Хоть и не красавица, она была не лишена привлекательности. С детства чуточку подволакивала ногу. Несчастный случай? Она никогда об этом не рассказывала. А может, я не слишком прислушивался, когда она объяснила причину своего физического изъяна?
Говорила она с придыханием, быстро, сбивчиво, будто ей не хватает времени. Помнится ее овальное, продолговатое лицо, близко посаженные карие глаза, темные и гладкие волосы. Всегда задумчивая, она морщила лоб. Умница, фразы выстраивала логически правильно. Ее речь сопровождали летучие жесты, будто второй голос. Любимое словечко — «суть»: «по сути дела», «суть в том, что…»
Она работала практиканткой в конторе, учась на секретаршу, и отпечатала там на пишущей машинке несколько моих наспех зарифмованных стихов. Теперь они выглядели более значительными, легче читались и казались вполне пригодными для публикации; при перепечатке она заодно исправила орфографические ошибки.
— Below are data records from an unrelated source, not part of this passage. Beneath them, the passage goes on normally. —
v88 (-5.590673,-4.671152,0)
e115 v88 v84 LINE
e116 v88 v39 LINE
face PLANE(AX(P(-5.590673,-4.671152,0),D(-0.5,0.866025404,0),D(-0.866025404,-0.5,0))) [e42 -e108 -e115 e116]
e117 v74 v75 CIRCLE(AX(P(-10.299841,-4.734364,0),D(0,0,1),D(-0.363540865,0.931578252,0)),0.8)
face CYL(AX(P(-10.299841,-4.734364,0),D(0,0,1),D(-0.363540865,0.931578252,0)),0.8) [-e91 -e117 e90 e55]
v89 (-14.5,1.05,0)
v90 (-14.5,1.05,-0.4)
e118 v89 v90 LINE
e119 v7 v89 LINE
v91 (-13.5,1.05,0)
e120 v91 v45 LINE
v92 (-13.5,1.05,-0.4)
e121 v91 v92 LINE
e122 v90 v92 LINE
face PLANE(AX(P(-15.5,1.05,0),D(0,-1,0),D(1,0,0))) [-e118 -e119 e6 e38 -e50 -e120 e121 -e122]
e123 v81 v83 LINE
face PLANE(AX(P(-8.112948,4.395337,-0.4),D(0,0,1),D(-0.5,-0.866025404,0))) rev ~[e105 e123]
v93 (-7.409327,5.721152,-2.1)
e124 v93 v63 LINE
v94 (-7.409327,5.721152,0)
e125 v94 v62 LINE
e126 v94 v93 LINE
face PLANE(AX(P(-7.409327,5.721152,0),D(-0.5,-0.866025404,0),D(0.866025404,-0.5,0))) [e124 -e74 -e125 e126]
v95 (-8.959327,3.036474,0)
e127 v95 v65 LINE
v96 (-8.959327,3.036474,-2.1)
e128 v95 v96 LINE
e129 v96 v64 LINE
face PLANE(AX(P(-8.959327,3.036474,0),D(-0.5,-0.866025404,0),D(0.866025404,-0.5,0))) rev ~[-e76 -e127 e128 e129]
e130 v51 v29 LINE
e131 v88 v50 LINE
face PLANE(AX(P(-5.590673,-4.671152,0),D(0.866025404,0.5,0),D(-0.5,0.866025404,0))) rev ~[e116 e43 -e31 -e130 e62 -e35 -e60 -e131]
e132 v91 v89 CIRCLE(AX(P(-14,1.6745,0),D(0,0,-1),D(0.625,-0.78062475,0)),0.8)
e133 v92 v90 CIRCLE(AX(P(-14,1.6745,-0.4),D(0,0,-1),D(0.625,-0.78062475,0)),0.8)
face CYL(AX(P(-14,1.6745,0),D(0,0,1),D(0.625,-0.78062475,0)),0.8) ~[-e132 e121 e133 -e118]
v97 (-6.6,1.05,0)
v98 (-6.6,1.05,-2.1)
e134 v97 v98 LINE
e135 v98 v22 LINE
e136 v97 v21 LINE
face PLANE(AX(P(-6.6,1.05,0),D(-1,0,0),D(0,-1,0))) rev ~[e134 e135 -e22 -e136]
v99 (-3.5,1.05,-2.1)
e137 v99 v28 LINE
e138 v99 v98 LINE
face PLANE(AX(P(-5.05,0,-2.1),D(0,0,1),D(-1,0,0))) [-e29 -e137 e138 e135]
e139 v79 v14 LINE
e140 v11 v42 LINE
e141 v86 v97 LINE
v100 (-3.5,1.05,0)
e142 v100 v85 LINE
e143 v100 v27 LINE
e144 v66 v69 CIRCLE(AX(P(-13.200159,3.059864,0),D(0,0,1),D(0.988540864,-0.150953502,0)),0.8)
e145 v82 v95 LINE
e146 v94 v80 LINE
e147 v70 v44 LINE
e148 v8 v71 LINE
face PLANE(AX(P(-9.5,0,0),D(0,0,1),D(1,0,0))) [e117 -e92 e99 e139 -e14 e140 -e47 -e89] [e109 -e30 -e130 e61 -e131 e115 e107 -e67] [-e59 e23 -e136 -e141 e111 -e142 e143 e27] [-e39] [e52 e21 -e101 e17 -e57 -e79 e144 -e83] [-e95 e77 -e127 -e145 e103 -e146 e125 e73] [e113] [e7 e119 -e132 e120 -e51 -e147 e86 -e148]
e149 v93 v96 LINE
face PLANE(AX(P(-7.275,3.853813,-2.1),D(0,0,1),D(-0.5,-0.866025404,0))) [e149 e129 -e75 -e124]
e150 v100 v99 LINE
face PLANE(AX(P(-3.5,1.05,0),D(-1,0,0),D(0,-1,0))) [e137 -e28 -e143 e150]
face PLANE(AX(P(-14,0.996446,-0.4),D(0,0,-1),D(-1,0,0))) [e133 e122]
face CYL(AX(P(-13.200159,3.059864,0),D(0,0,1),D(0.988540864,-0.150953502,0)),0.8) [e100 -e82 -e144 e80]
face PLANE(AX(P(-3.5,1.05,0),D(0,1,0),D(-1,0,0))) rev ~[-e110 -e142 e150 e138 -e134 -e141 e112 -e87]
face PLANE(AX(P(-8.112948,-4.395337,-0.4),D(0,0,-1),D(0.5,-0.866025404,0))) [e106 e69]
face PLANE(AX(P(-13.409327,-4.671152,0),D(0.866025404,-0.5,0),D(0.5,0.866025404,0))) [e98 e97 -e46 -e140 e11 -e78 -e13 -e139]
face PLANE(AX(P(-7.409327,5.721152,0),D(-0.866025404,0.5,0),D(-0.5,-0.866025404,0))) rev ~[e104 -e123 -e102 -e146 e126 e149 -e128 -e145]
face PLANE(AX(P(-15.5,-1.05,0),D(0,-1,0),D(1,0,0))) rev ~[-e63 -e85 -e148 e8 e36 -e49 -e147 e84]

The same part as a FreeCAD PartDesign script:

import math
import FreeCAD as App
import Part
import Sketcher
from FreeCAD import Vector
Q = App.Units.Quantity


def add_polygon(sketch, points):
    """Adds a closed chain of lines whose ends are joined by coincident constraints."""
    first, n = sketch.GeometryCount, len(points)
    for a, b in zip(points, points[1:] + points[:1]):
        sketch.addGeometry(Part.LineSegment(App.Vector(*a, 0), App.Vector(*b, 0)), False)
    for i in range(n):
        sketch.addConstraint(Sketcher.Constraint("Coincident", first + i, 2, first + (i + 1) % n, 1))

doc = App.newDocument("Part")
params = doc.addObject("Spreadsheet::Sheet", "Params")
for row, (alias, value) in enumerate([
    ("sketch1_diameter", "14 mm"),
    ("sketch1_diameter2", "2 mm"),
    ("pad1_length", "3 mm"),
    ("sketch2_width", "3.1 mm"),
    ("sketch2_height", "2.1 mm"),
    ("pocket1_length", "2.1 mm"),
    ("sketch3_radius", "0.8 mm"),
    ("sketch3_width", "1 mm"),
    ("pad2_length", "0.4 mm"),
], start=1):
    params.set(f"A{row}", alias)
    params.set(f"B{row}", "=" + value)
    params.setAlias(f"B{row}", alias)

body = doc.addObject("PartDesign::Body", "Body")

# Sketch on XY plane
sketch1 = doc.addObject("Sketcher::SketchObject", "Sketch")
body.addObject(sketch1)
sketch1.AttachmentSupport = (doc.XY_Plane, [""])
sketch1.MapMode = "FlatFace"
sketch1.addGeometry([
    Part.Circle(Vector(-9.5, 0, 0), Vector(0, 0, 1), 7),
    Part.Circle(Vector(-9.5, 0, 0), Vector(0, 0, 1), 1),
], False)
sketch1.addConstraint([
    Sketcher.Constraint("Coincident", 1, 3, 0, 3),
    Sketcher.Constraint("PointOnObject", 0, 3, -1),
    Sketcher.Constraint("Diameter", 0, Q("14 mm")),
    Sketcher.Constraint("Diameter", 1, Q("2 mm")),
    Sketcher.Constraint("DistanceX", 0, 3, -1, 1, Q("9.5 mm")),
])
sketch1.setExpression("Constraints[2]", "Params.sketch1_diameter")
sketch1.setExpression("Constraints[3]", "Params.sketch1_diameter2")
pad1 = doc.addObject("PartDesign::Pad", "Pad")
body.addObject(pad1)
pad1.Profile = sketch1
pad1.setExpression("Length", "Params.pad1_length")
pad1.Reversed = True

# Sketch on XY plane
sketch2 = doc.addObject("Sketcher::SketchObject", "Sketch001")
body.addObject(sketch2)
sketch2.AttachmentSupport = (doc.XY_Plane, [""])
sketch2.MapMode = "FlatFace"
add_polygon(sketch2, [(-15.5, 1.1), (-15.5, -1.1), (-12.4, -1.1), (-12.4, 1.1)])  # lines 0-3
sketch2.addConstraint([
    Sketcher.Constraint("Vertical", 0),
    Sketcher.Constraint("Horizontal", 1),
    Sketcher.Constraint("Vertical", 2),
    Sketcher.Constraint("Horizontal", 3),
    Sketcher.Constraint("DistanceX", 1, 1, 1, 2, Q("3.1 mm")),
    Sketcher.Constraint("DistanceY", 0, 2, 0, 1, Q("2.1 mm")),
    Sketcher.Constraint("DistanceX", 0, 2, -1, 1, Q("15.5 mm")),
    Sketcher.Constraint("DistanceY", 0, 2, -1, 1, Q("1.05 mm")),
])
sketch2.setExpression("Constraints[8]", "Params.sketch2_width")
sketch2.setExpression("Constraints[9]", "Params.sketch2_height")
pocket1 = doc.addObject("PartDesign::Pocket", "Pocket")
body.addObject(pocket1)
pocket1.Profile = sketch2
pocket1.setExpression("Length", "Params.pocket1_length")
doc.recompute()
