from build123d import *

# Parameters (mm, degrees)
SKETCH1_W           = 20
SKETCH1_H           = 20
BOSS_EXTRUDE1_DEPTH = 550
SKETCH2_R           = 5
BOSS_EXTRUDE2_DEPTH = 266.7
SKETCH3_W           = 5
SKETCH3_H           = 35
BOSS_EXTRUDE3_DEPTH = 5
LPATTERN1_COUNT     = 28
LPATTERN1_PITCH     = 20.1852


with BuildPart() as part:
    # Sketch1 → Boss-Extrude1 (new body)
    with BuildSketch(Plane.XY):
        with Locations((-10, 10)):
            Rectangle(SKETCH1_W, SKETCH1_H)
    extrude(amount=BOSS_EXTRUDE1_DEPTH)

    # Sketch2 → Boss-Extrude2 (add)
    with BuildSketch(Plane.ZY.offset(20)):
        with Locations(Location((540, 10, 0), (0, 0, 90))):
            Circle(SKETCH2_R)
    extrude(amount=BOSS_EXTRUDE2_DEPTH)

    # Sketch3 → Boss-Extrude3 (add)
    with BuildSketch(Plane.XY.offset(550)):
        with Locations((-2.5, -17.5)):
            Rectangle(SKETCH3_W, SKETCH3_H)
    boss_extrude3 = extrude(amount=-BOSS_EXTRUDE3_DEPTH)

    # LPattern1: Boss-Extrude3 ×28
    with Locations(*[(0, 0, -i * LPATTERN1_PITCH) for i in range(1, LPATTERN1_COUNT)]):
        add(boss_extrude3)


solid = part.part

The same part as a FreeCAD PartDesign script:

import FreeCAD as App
import Part
import Sketcher

doc = App.newDocument("Part")
body = doc.addObject("PartDesign::Body", "Body")

sketch1 = body.newObject("Sketcher::SketchObject", "Sketch")
sketch1.AttachmentSupport = (doc.getObject("XY_Plane"), [""])
sketch1.MapMode = "FlatFace"
sketch1.addGeometry(Part.LineSegment(App.Vector(-20, 20, 0), App.Vector(-20, 0, 0)), False)
sketch1.addGeometry(Part.LineSegment(App.Vector(-20, 0, 0), App.Vector(0, 0, 0)), False)
sketch1.addGeometry(Part.LineSegment(App.Vector(0, 0, 0), App.Vector(0, 20, 0)), False)
sketch1.addGeometry(Part.LineSegment(App.Vector(0, 20, 0), App.Vector(-20, 20, 0)), False)
sketch1.addConstraint(Sketcher.Constraint("Coincident", 0, 2, 1, 1))
sketch1.addConstraint(Sketcher.Constraint("Coincident", 1, 2, 2, 1))
sketch1.addConstraint(Sketcher.Constraint("Coincident", 2, 2, 3, 1))
sketch1.addConstraint(Sketcher.Constraint("Coincident", 3, 2, 0, 1))
sketch1.addConstraint(Sketcher.Constraint("Vertical", 0))
sketch1.addConstraint(Sketcher.Constraint("Horizontal", 1))
sketch1.addConstraint(Sketcher.Constraint("Vertical", 2))
sketch1.addConstraint(Sketcher.Constraint("Horizontal", 3))
sketch1.addConstraint(Sketcher.Constraint("Coincident", 1, 2, -1, 1))
sketch1.addConstraint(Sketcher.Constraint("Equal", 3, 0))
sketch1.addConstraint(Sketcher.Constraint("DistanceX", 1, 1, 1, 2, 20.0))
pad1 = body.newObject("PartDesign::Pad", "Pad")
pad1.Profile = sketch1
pad1.Length = 550

sketch2 = body.newObject("Sketcher::SketchObject", "Sketch001")
sketch2.AttachmentSupport = (doc.getObject("YZ_Plane"), [""])
sketch2.MapMode = "FlatFace"
sketch2.AttachmentOffset = App.Placement(App.Vector(0, 0, -20), App.Rotation())
sketch2.addGeometry(Part.Circle(App.Vector(10, 540, 0), App.Vector(0, 0, 1), 5), False)
sketch2.addConstraint(Sketcher.Constraint("Diameter", 0, 10.0))
sketch2.addConstraint(Sketcher.Constraint("DistanceX", -1, 1, 0, 3, 10.0))
sketch2.addConstraint(Sketcher.Constraint("DistanceY", -1, 1, 0, 3, 540.0))
pad2 = body.newObject("PartDesign::Pad", "Pad001")
pad2.Profile = sketch2
pad2.Length = 266.7
pad2.Reversed = True

sketch3 = body.newObject("Sketcher::SketchObject", "Sketch002")
sketch3.AttachmentSupport = (doc.getObject("XY_Plane"), [""])
sketch3.MapMode = "FlatFace"
sketch3.AttachmentOffset = App.Placement(App.Vector(0, 0, 550), App.Rotation())
sketch3.addGeometry(Part.LineSegment(App.Vector(-5, 0, 0), App.Vector(-5, -35, 0)), False)
sketch3.addGeometry(Part.LineSegment(App.Vector(-5, -35, 0), App.Vector(0, -35, 0)), False)
sketch3.addGeometry(Part.LineSegment(App.Vector(0, -35, 0), App.Vector(0, 0, 0)), False)
sketch3.addGeometry(Part.LineSegment(App.Vector(0, 0, 0), App.Vector(-5, 0, 0)), False)
sketch3.addConstraint(Sketcher.Constraint("Coincident", 0, 2, 1, 1))
sketch3.addConstraint(Sketcher.Constraint("Coincident", 1, 2, 2, 1))
sketch3.addConstraint(Sketcher.Constraint("Coincident", 2, 2, 3, 1))
sketch3.addConstraint(Sketcher.Constraint("Coincident", 3, 2, 0, 1))
sketch3.addConstraint(Sketcher.Constraint("Vertical", 0))
sketch3.addConstraint(Sketcher.Constraint("Horizontal", 1))
sketch3.addConstraint(Sketcher.Constraint("Vertical", 2))
sketch3.addConstraint(Sketcher.Constraint("Horizontal", 3))
sketch3.addConstraint(Sketcher.Constraint("Coincident", 2, 2, -1, 1))
sketch3.addConstraint(Sketcher.Constraint("DistanceX", 1, 1, 1, 2, 5.0))
sketch3.addConstraint(Sketcher.Constraint("DistanceY", 0, 2, 0, 1, 35.0))
pad3 = body.newObject("PartDesign::Pad", "Pad002")
pad3.Profile = sketch3
pad3.Length = 5
pad3.Reversed = True
doc.recompute()

linearpattern = body.newObject("PartDesign::LinearPattern", "LinearPattern")
linearpattern.Originals = [pad3]
linearpattern.Direction = (doc.getObject("Z_Axis"), [""])
linearpattern.Mode = "offset"
linearpattern.Offset = 20.1852
linearpattern.Occurrences = 28
linearpattern.Reversed = True
body.Tip = linearpattern

doc.recompute()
Мы старались встречаться почаще. Меня не смущало, что она чуточку подволакивала ногу. Лицо и летучие жесты были достаточно сильным магнитом. Не слишком фигуристая, тоненькая, она стояла у ворот шахты, поджидая со смены отца, а может, и меня. Она была такая легкая, что я мог поднять ее плоское тело на нужную высоту и, стоя, войти в нее, когда мы, вернувшись из Зарштедта после кино, пробовали на веранде или в подъезде стать на несколько минут единой плотью.
Подняться наверх, в ее девичью комнатку, мне не разрешалось. Идти в барак с двухъярусными шконками ей не хотелось. Заботясь обо мне, она позволяла мне делать то, что подразумевалось программой наших киновечеров, хотелось ли этого только мне или ей тоже. Я же научился прислушиваться к ее просьбе быть осторожным.
Гораздо полнее, чем за краткие минуты на веранде или в подъезде дома, мы чувствовали друг друга на тропинке среди свекольных полей. Ее подсказки. Все называлось своими именами. Над округой возвышался отвал горной породы, который белесо поблескивал на фоне более или менее облачного неба; глядя на него, мы подолгу обсуждали недавно просмотренные кинофильмы. Один из них назывался «Фани при газовом свете», его жутковатый сюжет разыгрывался в туманной Англии; в другом — «Убийцы среди нас» — играла Хильдегард Кнеф.
Говорили мы и о Боге, которого не существовало, соревновались в развенчании религиозных догм. Два питомца экзистенциализма, хотя о нем еще ничего не знали или ведали лишь понаслышке, что обозначает это понятие. Зато оба читали «Заратустру» и понахватались где-то таких мудреностей, как философские категории «заброшенности» и «подлинности». Копешек сена в здешнем краю не водилось.
После первых заморозков поспела сахарная свекла, поэтому с наступлением темноты мы, прихватив мешки, корзины и вооружившись короткими тяпками, пробирались в поле. Мы были не единственными, кто собирал урожай по ночам. Нашими врагами были крестьяне и собаки.
В домашней прачечной горного мастера, жена которого умерла в последний год войны и который, оставшись вдовцом с тремя дочерьми, хозяйничал довольно беспомощно, мы варили под его руководством сироп из свеклы, предварительно почистив ее и порезав в тазик. Запомнилось постоянное помешивание бурлящего варева деревянным черпаком, запах и вкус липкого, приторного сиропа, трехголосый смех девушек, режущих свеклу. Сироп разливался по пузатым бутылкам, вынесенным с шахты. Из остатков на донышке тазика мы делали леденцы, добавляя анис.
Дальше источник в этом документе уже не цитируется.